TUDC or cell swelling is mediated by dual activation of p38MAPK and Erk1/2, which regulate insertion of Bsep into the canalicular membrane and result in choleresis.25, 48, 49 Upstream signaling involves integrin sensing, focal adhesion kinases (FAK), and Src kinase activation.50 In contrast, in isolated rat hepatocytes, inhibition of MEK1, an upstream effector of Erk1/2, failed to affect cell swelling-induced translocation of Ntcp to the plasma membrane.20 Here, PD98059 or the p38MAPK inhibitor SB202190 had no significant effect on TCDC-dependent reduction of TC uptake, indicating that Erk1/2 and p38MAPK are not downstream effectors of TCDC. Likewise, the involvement of ROS seems unlikely.

It was shown in isolated rat hepatocytes that PP2B is involved in cAMP-induced exocytosis of Ntcp,44 whereas PP2A indirectly influenced cAMP-induced translocation of Ntcp.51 In our setup cypermethrin (an inhibitor of PP2B) but not okadaic acid (an inhibitor of PP2A) significantly inhibited TCDC-induced decrease in net uptake of TC (Fig. 7; Supporting Fig. 9,G-L). Hence, TCDC-dependent regulation of Ntcp activity partly involves PP2B but not PP2A.

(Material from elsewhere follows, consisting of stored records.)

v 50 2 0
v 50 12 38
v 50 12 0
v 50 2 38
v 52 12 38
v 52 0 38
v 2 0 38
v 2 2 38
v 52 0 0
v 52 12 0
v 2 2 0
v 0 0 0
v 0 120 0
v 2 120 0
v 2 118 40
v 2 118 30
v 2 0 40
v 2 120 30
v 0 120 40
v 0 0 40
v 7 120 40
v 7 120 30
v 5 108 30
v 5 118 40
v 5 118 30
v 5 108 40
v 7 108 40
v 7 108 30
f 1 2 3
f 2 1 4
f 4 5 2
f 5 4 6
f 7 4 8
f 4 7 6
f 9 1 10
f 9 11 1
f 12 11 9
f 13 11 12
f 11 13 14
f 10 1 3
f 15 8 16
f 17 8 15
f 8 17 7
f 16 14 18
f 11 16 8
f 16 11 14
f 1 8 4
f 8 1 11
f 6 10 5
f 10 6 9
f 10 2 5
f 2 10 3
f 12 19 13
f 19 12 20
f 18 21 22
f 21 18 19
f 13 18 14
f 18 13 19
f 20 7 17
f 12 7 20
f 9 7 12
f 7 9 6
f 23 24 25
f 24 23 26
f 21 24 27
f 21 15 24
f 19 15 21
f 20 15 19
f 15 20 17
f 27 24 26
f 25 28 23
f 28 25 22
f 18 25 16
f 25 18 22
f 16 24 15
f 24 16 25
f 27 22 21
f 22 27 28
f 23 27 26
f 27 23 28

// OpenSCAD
dishwasher_door_depth = 48;
dishwasher_door_inner_gap = 2;
dishwasher_door_inner_gap_height = 10;
dishwasher_door_upper_gap = 2;

diswasher_cover_depth = 3;

outside_wall_thickness = 2;
outside_wall_height = 120;

top_overhang_width = 38;
bottom_overhang_width = 10;
bottom_overhang_offset = 30;

// Model the dishwasher "door" so we can substract it from the model
module door(depth, width) {
    union() {
        cube([depth, outside_wall_height, width]);
        magic_offset_number = 2;
        translate([magic_offset_number, dishwasher_door_inner_gap_height, 0])
            cube([depth, outside_wall_height, width]);

    }
};

// We are going to use this for both the top and bottom overhang
module overhang(depth, width) {
    difference() {
        cube([
            outside_wall_thickness + depth + dishwasher_door_upper_gap,
            outside_wall_height,
            width
        ]);
        translate([outside_wall_thickness, dishwasher_door_upper_gap, 0])
            door(depth, width);
    }
}

// Overhang that goes over the top of the door and to the inside gap
module top_overhang() {
    overhang(dishwasher_door_depth, top_overhang_width);
}

module bottom_overhang() {
    mirror([0, 1, 0])
    translate([0,-outside_wall_height,bottom_overhang_offset])
        overhang(diswasher_cover_depth, bottom_overhang_width);
}

module attachment() {  
    top_overhang();
    bottom_overhang();
}

attachment();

A potential role of the membrane-bound bile acid receptor TGR5 cannot be excluded. However, this receptor is not expressed in hepatocytes and is therefore unlikely to mediate the effects of TCDC on the hepatocyte level. TGR5 is expressed in Kupffer cells, which only become responsive to bile acids by way of TGR5 when activated by lipopolysaccharides.52

Figure 8 summarizes our findings and known signaling pathways involved in short-term regulation of bile salt transport. Increased portal TCDC concentrations stimulate endocytosis of Ntcp, which may rapidly adjust bile salt uptake along the acinus to protect hepatocytes from toxic bile salt concentrations.

Figure 8.

Short-term regulation of bile salt transporters in rat liver. Schematic illustration of signaling pathways involved in the short-term regulation of Ntcp and the canalicular transporters Bsep and Mrp2. TUDC and cell swelling induces choleresis by Erk1/2 or p38MAPK-mediated insertion of Bsep/Mrp2 into the canalicular membrane.25, 48, 49 Furthermore, cell swelling causes Ntcp exocytosis by way of PI3K.20 cAMP stimulates protein phosphatase 2B-mediated dephosphorylation of NTCP and leads to an increased retention of Ntcp at the plasma membrane.44 In contrast, NADPH-dependent ROS formation (oxidative stress) triggers cell shrinkage and cholestasis by endocytosis of Bsep/Mrp2.5, 31, 53 In this study we show that TCDC induce PKC- and PP2B-mediated inhibition of sinusoidal TC uptake, most likely by internalization of Ntcp. This is counteracted by the PI3K.


We thank Claudia Evertz, Nicole Eichhorst, Vanessa Herbertz, and Elisabeth Winands for expert technical assistance.